Red Supplants Green as the New Black

April 22nd, 2008
Author Robert Roy Britt

» Red Supplants Green as the New Black

Or: Toward a Post-Earth-Day World

You know something’s up when Al Sharpton and Pat Robertson agree on something.

With Al and Pat all cozy on a couch, agreeing in a new TV ad (funded by the other Al’s wecansolveit.org) that we need to take better care of this planet, one can imagine a post-Earth Day world in which the day serves not as a plea to make change but a celebration of what was changed, a time in the future when the thinking that embodies Earth Day becomes part of the collective human consciousness, as accepted as the fact that the Earth is round and humans are the product of evolution. Ahem.

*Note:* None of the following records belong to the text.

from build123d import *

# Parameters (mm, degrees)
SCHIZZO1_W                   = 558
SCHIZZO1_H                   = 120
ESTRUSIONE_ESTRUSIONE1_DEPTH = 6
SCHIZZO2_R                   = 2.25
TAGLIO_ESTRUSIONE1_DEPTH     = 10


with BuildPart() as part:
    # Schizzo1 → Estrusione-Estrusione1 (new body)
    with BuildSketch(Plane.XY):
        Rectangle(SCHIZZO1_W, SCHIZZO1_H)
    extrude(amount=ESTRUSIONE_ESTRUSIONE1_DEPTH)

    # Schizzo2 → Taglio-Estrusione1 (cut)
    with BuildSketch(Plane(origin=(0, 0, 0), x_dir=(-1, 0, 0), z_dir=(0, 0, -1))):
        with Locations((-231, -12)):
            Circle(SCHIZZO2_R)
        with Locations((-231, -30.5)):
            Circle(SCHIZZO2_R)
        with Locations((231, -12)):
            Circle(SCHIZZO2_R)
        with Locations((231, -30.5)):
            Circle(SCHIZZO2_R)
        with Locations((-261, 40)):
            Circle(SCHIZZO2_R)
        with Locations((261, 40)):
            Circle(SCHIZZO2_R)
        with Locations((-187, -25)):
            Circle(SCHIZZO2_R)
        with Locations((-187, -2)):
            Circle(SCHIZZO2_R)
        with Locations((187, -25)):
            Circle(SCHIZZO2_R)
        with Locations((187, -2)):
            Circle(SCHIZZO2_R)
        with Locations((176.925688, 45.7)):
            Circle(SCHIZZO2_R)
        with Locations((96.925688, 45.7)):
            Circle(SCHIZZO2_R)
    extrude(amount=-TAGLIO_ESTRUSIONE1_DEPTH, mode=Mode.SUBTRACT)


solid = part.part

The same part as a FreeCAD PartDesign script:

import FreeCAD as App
import Part
import Sketcher
from FreeCAD import Vector
Q = App.Units.Quantity

doc = App.newDocument("Part")
params = doc.addObject("Spreadsheet::Sheet", "Params")
for row, (alias, value) in enumerate([
    ("sketch1_width", "558 mm"),
    ("sketch1_height", "120 mm"),
    ("pad1_length", "6 mm"),
    ("sketch2_diameter", "4.5 mm"),
    ("pocket1_length", "10 mm"),
], start=1):
    params.set(f"A{row}", alias)
    params.set(f"B{row}", "=" + value)
    params.setAlias(f"B{row}", alias)

body = doc.addObject("PartDesign::Body", "Body")

sketch1 = doc.addObject("Sketcher::SketchObject", "Sketch")
body.addObject(sketch1)
sketch1.AttachmentSupport = (doc.XY_Plane, [""])
sketch1.MapMode = "FlatFace"
sketch1.addGeometry(Part.LineSegment(Vector(-279, 60, 0), Vector(-279, -60, 0)), False)
sketch1.addGeometry(Part.LineSegment(Vector(-279, -60, 0), Vector(279, -60, 0)), False)
sketch1.addGeometry(Part.LineSegment(Vector(279, -60, 0), Vector(279, 60, 0)), False)
sketch1.addGeometry(Part.LineSegment(Vector(279, 60, 0), Vector(-279, 60, 0)), False)
sketch1.addConstraint(Sketcher.Constraint("Coincident", 0, 2, 1, 1))
sketch1.addConstraint(Sketcher.Constraint("Coincident", 1, 2, 2, 1))
sketch1.addConstraint(Sketcher.Constraint("Coincident", 2, 2, 3, 1))
sketch1.addConstraint(Sketcher.Constraint("Coincident", 3, 2, 0, 1))
sketch1.addConstraint(Sketcher.Constraint("Vertical", 0))
sketch1.addConstraint(Sketcher.Constraint("Horizontal", 1))
sketch1.addConstraint(Sketcher.Constraint("Vertical", 2))
sketch1.addConstraint(Sketcher.Constraint("Horizontal", 3))
sketch1.addConstraint(Sketcher.Constraint("Symmetric", 0, 2, 2, 2, -1, 1))
sketch1.addConstraint(Sketcher.Constraint("DistanceX", 1, 1, 1, 2, Q("558 mm")))
sketch1.addConstraint(Sketcher.Constraint("DistanceY", 0, 2, 0, 1, Q("120 mm")))
sketch1.setExpression("Constraints[9]", "Params.sketch1_width")
sketch1.setExpression("Constraints[10]", "Params.sketch1_height")
pad1 = doc.addObject("PartDesign::Pad", "Pad")
body.addObject(pad1)
pad1.Profile = sketch1
pad1.setExpression("Length", "Params.pad1_length")

sketch2 = doc.addObject("Sketcher::SketchObject", "Sketch001")
body.addObject(sketch2)
sketch2.AttachmentSupport = (doc.XY_Plane, [""])
sketch2.MapMode = "FlatFace"
sketch2.addGeometry(Part.Circle(Vector(231, -12, 0), Vector(0, 0, 1), 2.2), False)
sketch2.addGeometry(Part.Circle(Vector(231, -30.5, 0), Vector(0, 0, 1), 2.2), False)
sketch2.addGeometry(Part.Circle(Vector(-231, -12, 0), Vector(0, 0, 1), 2.2), False)
sketch2.addGeometry(Part.Circle(Vector(-231, -30.5, 0), Vector(0, 0, 1), 2.2), False)
sketch2.addGeometry(Part.Circle(Vector(261, 40, 0), Vector(0, 0, 1), 2.2), False)
sketch2.addGeometry(Part.Circle(Vector(-261, 40, 0), Vector(0, 0, 1), 2.2), False)
sketch2.addGeometry(Part.Circle(Vector(187, -25, 0), Vector(0, 0, 1), 2.2), False)
sketch2.addGeometry(Part.Circle(Vector(187, -2, 0), Vector(0, 0, 1), 2.2), False)
sketch2.addGeometry(Part.Circle(Vector(-187, -25, 0), Vector(0, 0, 1), 2.2), False)
sketch2.addGeometry(Part.Circle(Vector(-187, -2, 0), Vector(0, 0, 1), 2.2), False)
sketch2.addGeometry(Part.Circle(Vector(-176.9, 45.7, 0), Vector(0, 0, 1), 2.2), False)
sketch2.addGeometry(Part.Circle(Vector(-96.9, 45.7, 0), Vector(0, 0, 1), 2.2), False)
sketch2.addConstraint(Sketcher.Constraint("Equal", 0, 1))
sketch2.addConstraint(Sketcher.Constraint("Equal", 1, 2))
sketch2.addConstraint(Sketcher.Constraint("Equal", 2, 3))
sketch2.addConstraint(Sketcher.Constraint("Equal", 3, 4))
sketch2.addConstraint(Sketcher.Constraint("Equal", 4, 5))
sketch2.addConstraint(Sketcher.Constraint("Equal", 5, 6))
sketch2.addConstraint(Sketcher.Constraint("Equal", 6, 7))
sketch2.addConstraint(Sketcher.Constraint("Equal", 7, 8))
sketch2.addConstraint(Sketcher.Constraint("Equal", 8, 9))
sketch2.addConstraint(Sketcher.Constraint("Equal", 9, 10))
sketch2.addConstraint(Sketcher.Constraint("Equal", 10, 11))
sketch2.addConstraint(Sketcher.Constraint("Symmetric", 0, 3, 2, 3, -2))
sketch2.addConstraint(Sketcher.Constraint("Symmetric", 1, 3, 3, 3, -2))
sketch2.addConstraint(Sketcher.Constraint("Symmetric", 4, 3, 5, 3, -2))
sketch2.addConstraint(Sketcher.Constraint("Symmetric", 6, 3, 8, 3, -2))
sketch2.addConstraint(Sketcher.Constraint("Symmetric", 7, 3, 9, 3, -2))
sketch2.addConstraint(Sketcher.Constraint("Horizontal", 10, 3, 11, 3))
sketch2.addConstraint(Sketcher.Constraint("Vertical", 0, 3, 1, 3))
sketch2.addConstraint(Sketcher.Constraint("Vertical", 6, 3, 7, 3))
sketch2.addConstraint(Sketcher.Constraint("Diameter", 0, Q("4.5 mm")))
sketch2.addConstraint(Sketcher.Constraint("DistanceX", -1, 1, 0, 3, Q("231 mm")))
sketch2.addConstraint(Sketcher.Constraint("DistanceY", 0, 3, -1, 1, Q("12 mm")))
sketch2.addConstraint(Sketcher.Constraint("DistanceX", -1, 1, 4, 3, Q("261 mm")))
sketch2.addConstraint(Sketcher.Constraint("DistanceY", -1, 1, 4, 3, Q("40 mm")))
sketch2.addConstraint(Sketcher.Constraint("DistanceX", -1, 1, 6, 3, Q("187 mm")))
sketch2.addConstraint(Sketcher.Constraint("DistanceY", 6, 3, -1, 1, Q("25 mm")))
sketch2.addConstraint(Sketcher.Constraint("DistanceY", 7, 3, -1, 1, Q("2 mm")))
sketch2.addConstraint(Sketcher.Constraint("DistanceX", 10, 3, 11, 3, Q("80 mm")))
sketch2.addConstraint(Sketcher.Constraint("DistanceY", 1, 3, -1, 1, Q("30.5 mm")))
sketch2.addConstraint(Sketcher.Constraint("DistanceY", -1, 1, 10, 3, Q("45.7 mm")))
sketch2.addConstraint(Sketcher.Constraint("DistanceX", 10, 3, -1, 1, Q("176.925688 mm")))
sketch2.setExpression("Constraints[19]", "Params.sketch2_diameter")
pocket1 = doc.addObject("PartDesign::Pocket", "Pocket")
body.addObject(pocket1)
pocket1.Profile = sketch2
pocket1.setExpression("Length", "Params.pocket1_length")
pocket1.Reversed = True

doc.recompute()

The post-Earth Day world is certainly a ways off. But we have to get there. If our grandchildren don’t celebrate its irrelevance, then they will be wallowing in our failures (or as Ted Turner suggested, they’ll be eating each other).

The challenge remains great. While green has become the new black, red is raining on the parade. A really brief history:

Earth Day, started in 1970, was a fringe event for decades. Even in 2005, it was struggling to find relevance. By last year, its popularity boosted by Al Gore and the IPCC pronouncements, Earth Day went mainstream, at least in terms of the public catching up with its calls for action. Corporations were furiously applying a green sheen to their images and online media rolled out new green web sites (to milk the advertising dollars) faster than you can say “do Pat Robertson and Al Sharpton really agree on something?”

Dueling Logos: Everyone is green today …

Yet all fads fade, and frankly a lot of people are tired of hearing about how they’re supposed to change their lives to save the planet at a time when their pocketbooks are being severely pinched and there’s even talk of food shortages in the United States (see yesterday’s blog and today’s NY Times story).

Green thinking risks being supplanted by the red ink of the economy (gas and oil prices hit new highs again today while housing sales and prices declined further) and also by another black: coal. Burning coal is about the worst thing we can do for the environment, because it burns very dirty. Yet with other energy sources getting hard to come by (today, we learn that nuclear power may not be the answer), coal is experiencing a resurgence, especially in China (which has sought help from California on emissions). As a species, we’re clinging to coal like neanderthals to their clubs, and if the global economy doesn’t improve, neither will the thinking.

So an Earth Day message to the future: Here’s hoping you grandkids can retire the day as one having fulfilled its purpose.

[An aside: Most reporters and editors will tell you they hate "birthday card" stories, the puff pieces written in advance to "fill a hole" in the newspaper or, for a web site, garner some traffic — on Mother's Day, Thanksgiving or Earth Day. However, try to find a news site today that hasn't jumped on the bandwagon in a significant way. I like USA Today's no-fanfare approach though, calling this coverage what it is on their catchall page titled "Marking Earth Day." Watch late today as web sites begin to drop green like a hot rock in favor of all the red (and, of course, the election).]